[EXERCISE]:
Go through the listing below from its first line and repeat each line exactly, ending at the line containing "v 19.58 -0.963 0.9" and including it.

[DATA EXTRACTS]:

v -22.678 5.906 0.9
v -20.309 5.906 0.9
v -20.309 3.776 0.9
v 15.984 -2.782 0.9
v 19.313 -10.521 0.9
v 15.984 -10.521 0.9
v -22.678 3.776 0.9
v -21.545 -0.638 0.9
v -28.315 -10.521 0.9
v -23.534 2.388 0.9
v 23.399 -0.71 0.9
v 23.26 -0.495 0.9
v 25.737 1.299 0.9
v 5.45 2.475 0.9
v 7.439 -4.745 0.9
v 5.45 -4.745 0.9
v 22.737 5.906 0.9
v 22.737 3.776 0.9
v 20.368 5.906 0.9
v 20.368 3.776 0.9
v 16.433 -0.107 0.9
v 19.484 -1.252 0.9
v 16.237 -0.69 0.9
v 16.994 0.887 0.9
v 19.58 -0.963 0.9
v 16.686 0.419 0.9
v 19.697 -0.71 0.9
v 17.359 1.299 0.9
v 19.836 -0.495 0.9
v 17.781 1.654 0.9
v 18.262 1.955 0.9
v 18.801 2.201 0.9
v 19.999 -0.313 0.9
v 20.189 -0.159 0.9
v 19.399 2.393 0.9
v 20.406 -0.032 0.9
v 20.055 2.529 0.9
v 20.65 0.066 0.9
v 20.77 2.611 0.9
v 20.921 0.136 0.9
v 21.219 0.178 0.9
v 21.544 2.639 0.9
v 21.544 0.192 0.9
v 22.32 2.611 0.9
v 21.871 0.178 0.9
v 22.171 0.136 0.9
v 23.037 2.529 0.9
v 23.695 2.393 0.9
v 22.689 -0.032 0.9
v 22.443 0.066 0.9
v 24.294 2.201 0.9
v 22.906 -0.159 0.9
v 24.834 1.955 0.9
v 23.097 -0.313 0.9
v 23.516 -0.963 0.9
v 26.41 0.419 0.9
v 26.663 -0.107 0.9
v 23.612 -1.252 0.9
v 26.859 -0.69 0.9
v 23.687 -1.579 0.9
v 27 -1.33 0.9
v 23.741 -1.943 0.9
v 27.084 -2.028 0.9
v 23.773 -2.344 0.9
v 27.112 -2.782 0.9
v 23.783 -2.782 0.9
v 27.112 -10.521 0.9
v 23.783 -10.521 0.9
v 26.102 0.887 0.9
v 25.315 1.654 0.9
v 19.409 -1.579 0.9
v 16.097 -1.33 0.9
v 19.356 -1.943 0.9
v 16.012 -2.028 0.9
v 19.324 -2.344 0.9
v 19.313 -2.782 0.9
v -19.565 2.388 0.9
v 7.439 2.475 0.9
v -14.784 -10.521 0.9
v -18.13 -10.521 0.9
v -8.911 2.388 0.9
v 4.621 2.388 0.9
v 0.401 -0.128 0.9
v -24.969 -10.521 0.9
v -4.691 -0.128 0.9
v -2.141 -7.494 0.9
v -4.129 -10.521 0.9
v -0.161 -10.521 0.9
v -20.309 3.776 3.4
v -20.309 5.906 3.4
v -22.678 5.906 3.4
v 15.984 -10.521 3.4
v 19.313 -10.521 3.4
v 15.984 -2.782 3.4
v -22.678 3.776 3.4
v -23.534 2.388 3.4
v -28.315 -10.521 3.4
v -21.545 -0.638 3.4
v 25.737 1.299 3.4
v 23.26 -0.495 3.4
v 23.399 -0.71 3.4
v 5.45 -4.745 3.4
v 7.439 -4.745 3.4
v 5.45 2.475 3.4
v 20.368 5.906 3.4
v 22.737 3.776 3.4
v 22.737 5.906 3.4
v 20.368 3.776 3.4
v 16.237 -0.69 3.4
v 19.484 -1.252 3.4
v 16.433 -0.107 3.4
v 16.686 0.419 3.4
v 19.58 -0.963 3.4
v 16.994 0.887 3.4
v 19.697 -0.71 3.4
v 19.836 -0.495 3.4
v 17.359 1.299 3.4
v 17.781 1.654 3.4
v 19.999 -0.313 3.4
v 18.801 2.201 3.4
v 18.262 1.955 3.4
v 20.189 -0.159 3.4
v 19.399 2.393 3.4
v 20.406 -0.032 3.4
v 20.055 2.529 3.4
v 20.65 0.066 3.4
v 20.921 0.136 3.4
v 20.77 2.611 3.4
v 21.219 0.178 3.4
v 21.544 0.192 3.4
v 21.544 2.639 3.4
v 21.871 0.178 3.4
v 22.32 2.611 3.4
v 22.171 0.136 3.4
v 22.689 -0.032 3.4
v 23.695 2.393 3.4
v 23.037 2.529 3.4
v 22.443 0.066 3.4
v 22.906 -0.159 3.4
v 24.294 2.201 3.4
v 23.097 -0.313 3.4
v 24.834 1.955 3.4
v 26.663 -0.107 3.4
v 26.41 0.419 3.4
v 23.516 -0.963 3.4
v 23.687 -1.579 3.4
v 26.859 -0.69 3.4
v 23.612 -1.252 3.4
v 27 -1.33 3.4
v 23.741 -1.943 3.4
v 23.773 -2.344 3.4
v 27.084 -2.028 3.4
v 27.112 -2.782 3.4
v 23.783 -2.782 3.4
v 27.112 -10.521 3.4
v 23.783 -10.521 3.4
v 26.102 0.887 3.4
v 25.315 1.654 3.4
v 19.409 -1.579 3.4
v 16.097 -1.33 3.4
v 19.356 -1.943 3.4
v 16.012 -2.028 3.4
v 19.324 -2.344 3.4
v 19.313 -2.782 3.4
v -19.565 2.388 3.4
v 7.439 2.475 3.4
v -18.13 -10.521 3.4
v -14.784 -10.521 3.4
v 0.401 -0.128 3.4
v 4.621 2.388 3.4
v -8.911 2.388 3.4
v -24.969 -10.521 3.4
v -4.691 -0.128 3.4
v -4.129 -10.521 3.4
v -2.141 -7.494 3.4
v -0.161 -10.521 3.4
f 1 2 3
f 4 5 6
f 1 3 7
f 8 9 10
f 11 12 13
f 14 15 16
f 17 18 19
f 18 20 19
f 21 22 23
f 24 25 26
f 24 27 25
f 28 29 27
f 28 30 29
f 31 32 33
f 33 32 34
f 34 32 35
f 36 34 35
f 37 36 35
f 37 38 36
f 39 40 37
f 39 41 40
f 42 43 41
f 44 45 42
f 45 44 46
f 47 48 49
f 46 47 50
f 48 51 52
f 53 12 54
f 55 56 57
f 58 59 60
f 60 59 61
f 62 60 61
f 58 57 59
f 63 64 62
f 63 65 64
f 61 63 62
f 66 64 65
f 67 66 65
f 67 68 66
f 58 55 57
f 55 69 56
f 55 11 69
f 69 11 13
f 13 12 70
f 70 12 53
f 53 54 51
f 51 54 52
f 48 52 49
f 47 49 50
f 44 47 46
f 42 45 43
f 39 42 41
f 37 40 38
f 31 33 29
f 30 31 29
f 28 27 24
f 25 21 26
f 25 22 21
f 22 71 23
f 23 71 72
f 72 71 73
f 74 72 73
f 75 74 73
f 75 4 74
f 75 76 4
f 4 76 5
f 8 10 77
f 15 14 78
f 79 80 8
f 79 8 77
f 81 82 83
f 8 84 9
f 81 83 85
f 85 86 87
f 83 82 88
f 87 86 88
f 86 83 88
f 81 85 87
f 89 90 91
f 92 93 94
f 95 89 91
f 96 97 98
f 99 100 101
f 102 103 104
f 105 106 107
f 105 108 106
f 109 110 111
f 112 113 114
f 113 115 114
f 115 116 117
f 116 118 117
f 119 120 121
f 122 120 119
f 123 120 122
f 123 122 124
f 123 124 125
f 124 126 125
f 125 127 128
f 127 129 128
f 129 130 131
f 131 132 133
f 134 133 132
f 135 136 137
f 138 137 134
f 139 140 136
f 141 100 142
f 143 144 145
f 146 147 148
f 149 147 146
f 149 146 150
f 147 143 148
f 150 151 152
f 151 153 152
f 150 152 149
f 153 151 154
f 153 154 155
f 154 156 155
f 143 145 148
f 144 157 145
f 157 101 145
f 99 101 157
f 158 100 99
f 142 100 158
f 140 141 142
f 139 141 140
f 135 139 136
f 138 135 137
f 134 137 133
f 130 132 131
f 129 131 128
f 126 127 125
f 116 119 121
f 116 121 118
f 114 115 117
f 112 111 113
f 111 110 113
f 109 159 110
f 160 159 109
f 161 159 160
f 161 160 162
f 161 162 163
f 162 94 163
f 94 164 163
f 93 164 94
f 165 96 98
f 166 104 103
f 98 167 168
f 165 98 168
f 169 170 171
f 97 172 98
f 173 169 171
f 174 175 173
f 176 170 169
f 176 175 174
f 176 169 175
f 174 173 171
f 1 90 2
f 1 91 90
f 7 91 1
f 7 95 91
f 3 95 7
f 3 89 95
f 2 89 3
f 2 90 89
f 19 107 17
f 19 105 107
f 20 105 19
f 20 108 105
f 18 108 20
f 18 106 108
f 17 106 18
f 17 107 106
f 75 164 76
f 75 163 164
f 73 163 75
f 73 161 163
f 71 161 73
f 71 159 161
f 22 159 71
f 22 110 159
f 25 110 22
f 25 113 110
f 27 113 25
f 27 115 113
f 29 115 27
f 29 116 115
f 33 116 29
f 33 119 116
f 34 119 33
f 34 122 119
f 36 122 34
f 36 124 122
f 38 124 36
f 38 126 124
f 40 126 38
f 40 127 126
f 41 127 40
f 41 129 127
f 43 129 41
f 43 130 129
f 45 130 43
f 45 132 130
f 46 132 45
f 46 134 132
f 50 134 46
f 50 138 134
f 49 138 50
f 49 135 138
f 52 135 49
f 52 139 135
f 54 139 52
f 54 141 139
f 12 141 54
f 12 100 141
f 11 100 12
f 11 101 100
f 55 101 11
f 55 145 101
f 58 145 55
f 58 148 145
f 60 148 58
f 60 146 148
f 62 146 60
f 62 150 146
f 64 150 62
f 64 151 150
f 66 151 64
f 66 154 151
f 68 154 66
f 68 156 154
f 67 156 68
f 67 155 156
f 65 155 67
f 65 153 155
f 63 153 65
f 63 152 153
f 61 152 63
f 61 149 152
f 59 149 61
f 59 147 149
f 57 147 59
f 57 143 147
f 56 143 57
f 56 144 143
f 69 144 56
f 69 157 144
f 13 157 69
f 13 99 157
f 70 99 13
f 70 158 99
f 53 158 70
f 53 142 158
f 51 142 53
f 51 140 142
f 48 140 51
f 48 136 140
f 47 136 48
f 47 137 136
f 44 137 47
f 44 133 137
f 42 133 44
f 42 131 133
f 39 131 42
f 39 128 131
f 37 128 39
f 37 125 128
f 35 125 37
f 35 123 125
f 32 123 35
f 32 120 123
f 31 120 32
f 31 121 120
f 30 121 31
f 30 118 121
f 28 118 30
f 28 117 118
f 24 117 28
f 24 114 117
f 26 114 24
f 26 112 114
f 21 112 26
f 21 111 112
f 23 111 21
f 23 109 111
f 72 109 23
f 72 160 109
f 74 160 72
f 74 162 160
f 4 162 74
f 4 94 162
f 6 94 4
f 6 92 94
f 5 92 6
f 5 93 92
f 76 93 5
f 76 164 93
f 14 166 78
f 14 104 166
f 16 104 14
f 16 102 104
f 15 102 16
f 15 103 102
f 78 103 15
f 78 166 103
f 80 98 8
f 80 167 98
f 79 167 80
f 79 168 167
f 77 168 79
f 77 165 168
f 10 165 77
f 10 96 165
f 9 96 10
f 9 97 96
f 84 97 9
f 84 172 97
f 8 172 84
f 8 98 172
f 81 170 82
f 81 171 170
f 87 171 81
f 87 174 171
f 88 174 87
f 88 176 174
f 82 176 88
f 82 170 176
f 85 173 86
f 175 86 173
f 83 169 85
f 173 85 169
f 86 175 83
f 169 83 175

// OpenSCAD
$fn = 48;
  // syllabics (overlaid on icon, tallest)
  translate([0, -2.500, 0.900]) linear_extrude(height=2.500) text("ᐲ ᐁᑊ ᑏ", size=12.750, halign="center", valign="center", font="Euphemia UCAS:style=Bold");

[TASK RESPONSE]:
v -22.678 5.906 0.9
v -20.309 5.906 0.9
v -20.309 3.776 0.9
v 15.984 -2.782 0.9
v 19.313 -10.521 0.9
v 15.984 -10.521 0.9
v -22.678 3.776 0.9
v -21.545 -0.638 0.9
v -28.315 -10.521 0.9
v -23.534 2.388 0.9
v 23.399 -0.71 0.9
v 23.26 -0.495 0.9
v 25.737 1.299 0.9
v 5.45 2.475 0.9
v 7.439 -4.745 0.9
v 5.45 -4.745 0.9
v 22.737 5.906 0.9
v 22.737 3.776 0.9
v 20.368 5.906 0.9
v 20.368 3.776 0.9
v 16.433 -0.107 0.9
v 19.484 -1.252 0.9
v 16.237 -0.69 0.9
v 16.994 0.887 0.9
v 19.58 -0.963 0.9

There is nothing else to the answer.